Command Performance | |
Director: | Dolph Lundgren |
Producer: | Les Weldon Danny Lerner |
Screenplay: | Steve Latshaw Dolph Lundgren |
Story: | Dolph Lundgren |
Starring: | Dolph Lundgren Melissa Smith Hristo Shopov Dave Legeno Ida Lundgren |
Music: | Adam Nordén |
Cinematography: | Marc Windon |
Editing: | Peter Hollywood |
Studio: | Nu Image |
Runtime: | 93 minutes |
Country: | United States |
Language: | English |
Budget: | $6 million |
Command Performance is a 2009 American action film starring and directed by Dolph Lundgren, also written with Steve Latshaw. The film co-stars Melissa Smith, Hristo Shopov, Dave Legeno, and Lundgren's real-life daughter Ida Lundgren in her feature film debut.

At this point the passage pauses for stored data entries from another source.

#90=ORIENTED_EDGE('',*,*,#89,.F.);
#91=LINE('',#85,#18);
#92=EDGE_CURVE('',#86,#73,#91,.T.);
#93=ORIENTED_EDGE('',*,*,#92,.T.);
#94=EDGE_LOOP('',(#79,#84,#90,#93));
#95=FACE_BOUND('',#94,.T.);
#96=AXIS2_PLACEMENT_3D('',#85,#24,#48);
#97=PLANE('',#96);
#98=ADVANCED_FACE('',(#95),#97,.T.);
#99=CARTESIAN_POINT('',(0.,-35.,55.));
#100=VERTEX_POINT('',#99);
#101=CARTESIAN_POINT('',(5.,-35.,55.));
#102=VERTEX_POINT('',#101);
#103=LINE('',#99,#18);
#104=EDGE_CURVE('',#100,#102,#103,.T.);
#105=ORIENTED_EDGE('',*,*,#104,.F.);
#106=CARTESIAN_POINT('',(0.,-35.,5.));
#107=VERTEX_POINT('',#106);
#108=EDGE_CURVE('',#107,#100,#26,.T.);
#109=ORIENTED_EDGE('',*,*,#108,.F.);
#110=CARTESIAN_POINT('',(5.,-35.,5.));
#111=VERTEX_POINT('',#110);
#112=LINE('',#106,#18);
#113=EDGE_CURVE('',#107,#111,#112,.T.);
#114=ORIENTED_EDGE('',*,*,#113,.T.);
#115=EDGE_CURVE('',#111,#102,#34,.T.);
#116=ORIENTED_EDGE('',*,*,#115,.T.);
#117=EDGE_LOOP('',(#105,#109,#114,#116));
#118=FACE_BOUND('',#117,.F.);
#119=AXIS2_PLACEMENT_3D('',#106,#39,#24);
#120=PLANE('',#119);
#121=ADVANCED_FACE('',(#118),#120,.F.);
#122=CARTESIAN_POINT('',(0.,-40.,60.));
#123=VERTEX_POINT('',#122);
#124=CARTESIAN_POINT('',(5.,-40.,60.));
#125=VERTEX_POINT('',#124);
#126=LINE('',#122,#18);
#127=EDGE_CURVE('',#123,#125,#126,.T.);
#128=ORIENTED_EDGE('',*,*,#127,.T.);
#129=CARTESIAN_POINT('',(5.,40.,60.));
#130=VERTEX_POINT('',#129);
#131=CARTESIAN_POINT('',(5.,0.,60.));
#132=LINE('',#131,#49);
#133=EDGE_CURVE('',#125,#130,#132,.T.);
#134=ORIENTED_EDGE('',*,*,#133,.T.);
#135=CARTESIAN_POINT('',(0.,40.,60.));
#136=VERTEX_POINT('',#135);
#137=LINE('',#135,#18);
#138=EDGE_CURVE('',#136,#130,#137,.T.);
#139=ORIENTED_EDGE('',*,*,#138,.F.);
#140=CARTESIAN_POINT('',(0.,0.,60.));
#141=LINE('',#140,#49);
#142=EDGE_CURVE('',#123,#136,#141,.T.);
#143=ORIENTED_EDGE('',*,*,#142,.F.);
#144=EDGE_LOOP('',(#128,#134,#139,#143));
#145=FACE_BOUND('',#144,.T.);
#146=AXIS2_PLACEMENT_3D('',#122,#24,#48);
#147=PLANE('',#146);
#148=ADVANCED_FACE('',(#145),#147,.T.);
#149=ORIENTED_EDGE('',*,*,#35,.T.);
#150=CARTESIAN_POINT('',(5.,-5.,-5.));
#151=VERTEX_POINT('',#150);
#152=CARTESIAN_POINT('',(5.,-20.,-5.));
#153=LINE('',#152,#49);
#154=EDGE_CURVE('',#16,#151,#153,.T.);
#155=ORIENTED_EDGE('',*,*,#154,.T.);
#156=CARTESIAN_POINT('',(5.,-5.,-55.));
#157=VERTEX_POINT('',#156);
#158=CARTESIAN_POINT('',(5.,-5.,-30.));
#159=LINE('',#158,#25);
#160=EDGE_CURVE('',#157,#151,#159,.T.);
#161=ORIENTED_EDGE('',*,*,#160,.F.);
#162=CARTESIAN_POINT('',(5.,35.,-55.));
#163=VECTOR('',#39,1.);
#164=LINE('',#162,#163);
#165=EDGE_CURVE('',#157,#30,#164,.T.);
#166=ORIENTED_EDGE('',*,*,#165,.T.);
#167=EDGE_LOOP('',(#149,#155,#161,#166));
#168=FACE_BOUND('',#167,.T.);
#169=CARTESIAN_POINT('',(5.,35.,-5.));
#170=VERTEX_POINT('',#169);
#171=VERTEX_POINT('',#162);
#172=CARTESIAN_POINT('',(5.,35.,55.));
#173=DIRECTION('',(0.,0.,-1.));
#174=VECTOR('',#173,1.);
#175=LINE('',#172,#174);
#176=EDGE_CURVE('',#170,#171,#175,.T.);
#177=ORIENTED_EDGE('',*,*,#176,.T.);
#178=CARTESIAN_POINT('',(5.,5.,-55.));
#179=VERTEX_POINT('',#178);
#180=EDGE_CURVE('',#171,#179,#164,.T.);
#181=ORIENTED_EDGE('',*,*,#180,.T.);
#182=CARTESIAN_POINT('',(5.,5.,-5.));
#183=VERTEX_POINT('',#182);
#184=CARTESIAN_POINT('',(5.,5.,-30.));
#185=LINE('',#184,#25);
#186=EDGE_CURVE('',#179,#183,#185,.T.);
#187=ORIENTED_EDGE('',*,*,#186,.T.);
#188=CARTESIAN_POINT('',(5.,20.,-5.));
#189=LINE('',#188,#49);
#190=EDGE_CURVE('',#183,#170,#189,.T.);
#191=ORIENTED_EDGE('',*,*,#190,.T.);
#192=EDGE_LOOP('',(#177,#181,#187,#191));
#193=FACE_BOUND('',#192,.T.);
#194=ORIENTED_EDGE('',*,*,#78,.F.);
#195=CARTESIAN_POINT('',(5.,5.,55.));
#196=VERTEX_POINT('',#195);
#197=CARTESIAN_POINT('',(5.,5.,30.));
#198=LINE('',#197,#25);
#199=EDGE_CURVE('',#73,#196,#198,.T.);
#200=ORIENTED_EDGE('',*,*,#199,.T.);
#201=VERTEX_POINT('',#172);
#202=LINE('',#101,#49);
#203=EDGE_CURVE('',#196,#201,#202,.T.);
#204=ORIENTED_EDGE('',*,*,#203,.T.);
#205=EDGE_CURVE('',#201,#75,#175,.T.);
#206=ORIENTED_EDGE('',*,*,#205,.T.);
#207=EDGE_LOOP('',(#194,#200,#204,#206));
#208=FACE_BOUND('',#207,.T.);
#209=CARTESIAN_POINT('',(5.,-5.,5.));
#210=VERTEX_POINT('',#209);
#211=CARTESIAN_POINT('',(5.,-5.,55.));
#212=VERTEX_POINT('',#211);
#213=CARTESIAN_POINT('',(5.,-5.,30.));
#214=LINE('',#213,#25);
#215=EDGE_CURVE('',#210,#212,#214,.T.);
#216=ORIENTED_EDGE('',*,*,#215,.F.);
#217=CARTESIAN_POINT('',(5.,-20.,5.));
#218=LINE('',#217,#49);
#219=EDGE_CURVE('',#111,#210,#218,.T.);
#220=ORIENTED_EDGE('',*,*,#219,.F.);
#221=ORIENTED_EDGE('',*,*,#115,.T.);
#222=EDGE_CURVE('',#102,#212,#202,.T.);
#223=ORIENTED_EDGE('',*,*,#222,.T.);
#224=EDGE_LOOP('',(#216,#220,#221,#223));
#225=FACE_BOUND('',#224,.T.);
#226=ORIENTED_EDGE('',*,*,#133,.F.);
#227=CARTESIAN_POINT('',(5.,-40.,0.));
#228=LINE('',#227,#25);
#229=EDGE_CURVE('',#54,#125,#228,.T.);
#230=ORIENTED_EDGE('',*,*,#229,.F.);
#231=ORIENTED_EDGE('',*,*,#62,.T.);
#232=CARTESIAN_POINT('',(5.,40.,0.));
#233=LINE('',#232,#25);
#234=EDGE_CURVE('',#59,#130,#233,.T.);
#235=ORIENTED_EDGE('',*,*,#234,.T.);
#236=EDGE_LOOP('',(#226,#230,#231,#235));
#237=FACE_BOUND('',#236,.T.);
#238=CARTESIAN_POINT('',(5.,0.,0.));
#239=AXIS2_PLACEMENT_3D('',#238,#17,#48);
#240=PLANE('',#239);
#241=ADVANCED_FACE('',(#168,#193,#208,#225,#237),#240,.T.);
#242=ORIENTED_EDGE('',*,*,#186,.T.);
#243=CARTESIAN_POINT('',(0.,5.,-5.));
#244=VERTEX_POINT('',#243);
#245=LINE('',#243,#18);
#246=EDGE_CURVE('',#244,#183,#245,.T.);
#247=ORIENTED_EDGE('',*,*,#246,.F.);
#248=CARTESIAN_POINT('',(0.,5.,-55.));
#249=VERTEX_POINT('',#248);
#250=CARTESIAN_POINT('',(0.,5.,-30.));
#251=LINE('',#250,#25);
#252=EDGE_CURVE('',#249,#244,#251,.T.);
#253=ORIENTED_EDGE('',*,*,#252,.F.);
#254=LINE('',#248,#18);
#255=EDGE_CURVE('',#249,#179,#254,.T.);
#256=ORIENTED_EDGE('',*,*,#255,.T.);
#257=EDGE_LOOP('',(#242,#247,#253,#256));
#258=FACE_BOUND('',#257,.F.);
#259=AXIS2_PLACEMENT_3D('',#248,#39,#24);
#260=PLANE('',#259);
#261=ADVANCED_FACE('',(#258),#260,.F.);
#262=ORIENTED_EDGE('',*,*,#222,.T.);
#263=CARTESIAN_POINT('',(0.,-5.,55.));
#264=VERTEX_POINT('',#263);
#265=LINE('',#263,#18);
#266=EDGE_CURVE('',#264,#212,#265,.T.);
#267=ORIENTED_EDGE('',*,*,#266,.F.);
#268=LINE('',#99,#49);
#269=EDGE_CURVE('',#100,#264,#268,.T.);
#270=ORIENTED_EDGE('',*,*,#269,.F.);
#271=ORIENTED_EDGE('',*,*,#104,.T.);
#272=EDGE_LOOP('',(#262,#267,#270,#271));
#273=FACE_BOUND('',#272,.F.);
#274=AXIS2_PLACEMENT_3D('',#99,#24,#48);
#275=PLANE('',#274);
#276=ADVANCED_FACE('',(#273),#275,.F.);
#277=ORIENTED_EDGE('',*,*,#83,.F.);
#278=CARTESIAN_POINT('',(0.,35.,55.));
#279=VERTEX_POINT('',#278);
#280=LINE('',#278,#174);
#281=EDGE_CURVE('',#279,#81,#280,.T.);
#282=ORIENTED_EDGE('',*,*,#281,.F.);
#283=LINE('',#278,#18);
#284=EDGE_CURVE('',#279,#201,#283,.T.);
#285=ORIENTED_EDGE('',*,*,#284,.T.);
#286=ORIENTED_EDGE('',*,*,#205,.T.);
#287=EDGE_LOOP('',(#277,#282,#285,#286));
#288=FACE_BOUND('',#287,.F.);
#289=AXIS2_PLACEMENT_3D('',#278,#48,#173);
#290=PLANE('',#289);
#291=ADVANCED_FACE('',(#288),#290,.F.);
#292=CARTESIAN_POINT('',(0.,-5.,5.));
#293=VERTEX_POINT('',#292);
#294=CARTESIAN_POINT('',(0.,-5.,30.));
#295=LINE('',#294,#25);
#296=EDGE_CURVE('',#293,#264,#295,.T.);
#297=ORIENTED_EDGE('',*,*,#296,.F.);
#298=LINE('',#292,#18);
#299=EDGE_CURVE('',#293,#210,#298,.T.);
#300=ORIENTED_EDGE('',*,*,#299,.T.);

In August 1991, Communist military hard-liners attempted a coup against Soviet President Mikhail Gorbachev. The coup failed, and all its members were arrested; from the ashes of the old Soviet Union, the modern Russian Federation was born.
At the request of Russian president Alexei Petrov, whose daughters Anna and Yana are fans, pop sensation Venus performs a concert in Moscow. The concert turns bloody when armed men led by Oleg Kazov take the concertgoers hostage. It seems that Oleg has a personal vendetta against Petrov. Former biker gang member Joe, the drummer of CMF, the opening rock band, decides to fight the criminals. Back in the US, when Joe was still in the biker gang, Colombian drug dealers wanting to collect a debt went to Joe's apartment and fatally shot his brother. Joe hunted the men down and killed them, and ever since has tried to stay away from guns, because they remind him of his brother's murder.
Most of the civilians and staff, including Venus's manager and brother Enzo, are killed by Oleg's men. The sole survivors are Joe, Venus, news reporter Ali Connor, American ambassador Jim Bradley, Presidential Security Service agent Mikhail Kapista, President Petrov, and his two daughters.
It turns out that Oleg's father was Marshal Dmitri Kazov, a WWII hero in Stalingrad, and former Soviet Minister of Defence, who led the failed coup against Gorbachev in 1991. Oleg was part of the coup as well. After the coup failed, special forces raided the Kazov house; in the chaos, Dmitri killed Oleg's mother and then himself. Oleg, then a captain in the Russian army, immigrated to the United States, where he got arrested for petty crimes, and ended up returning to Russia three weeks prior to the concert. The prosecutor of Marshal Dmitri Kazov, Oleg, and other coup members in 1991 was a young Alexei Petrov, before he became the president of Russia. Oleg thus organised the attack to seek revenge on Petrov, because he blames Petrov for the special forces raid that ended in his parents' deaths; Petrov ordered the raid and followed the troops into the Kazov house.
It is up to Joe and Mikhail make their way through the arena, and bring down Oleg and his men.
Filming took place between August and September 2008 in Sofia, Bulgaria and Moscow, Russia.
Dolph Lundgren wanted to use his drumming skills on-screen, and the story was inspired by a concert Madonna did for Russian President Vladimir Putin.[1]
This movie features the songs "Breakdown" and "Girl" ("6" on the album version) from the band D2, Lost In Love from Melissa Smith, "Ne Gasite Svechu / Keep The Candle Burning" from Andrey Kovalev[2] and "September Rain" from Irson Kudikova.
The film premiered at the Ischia Global Film & Music Festival in Italy on July 18, 2009.[3]
It was released on direct-to-DVD in the United States on November 3, 2009.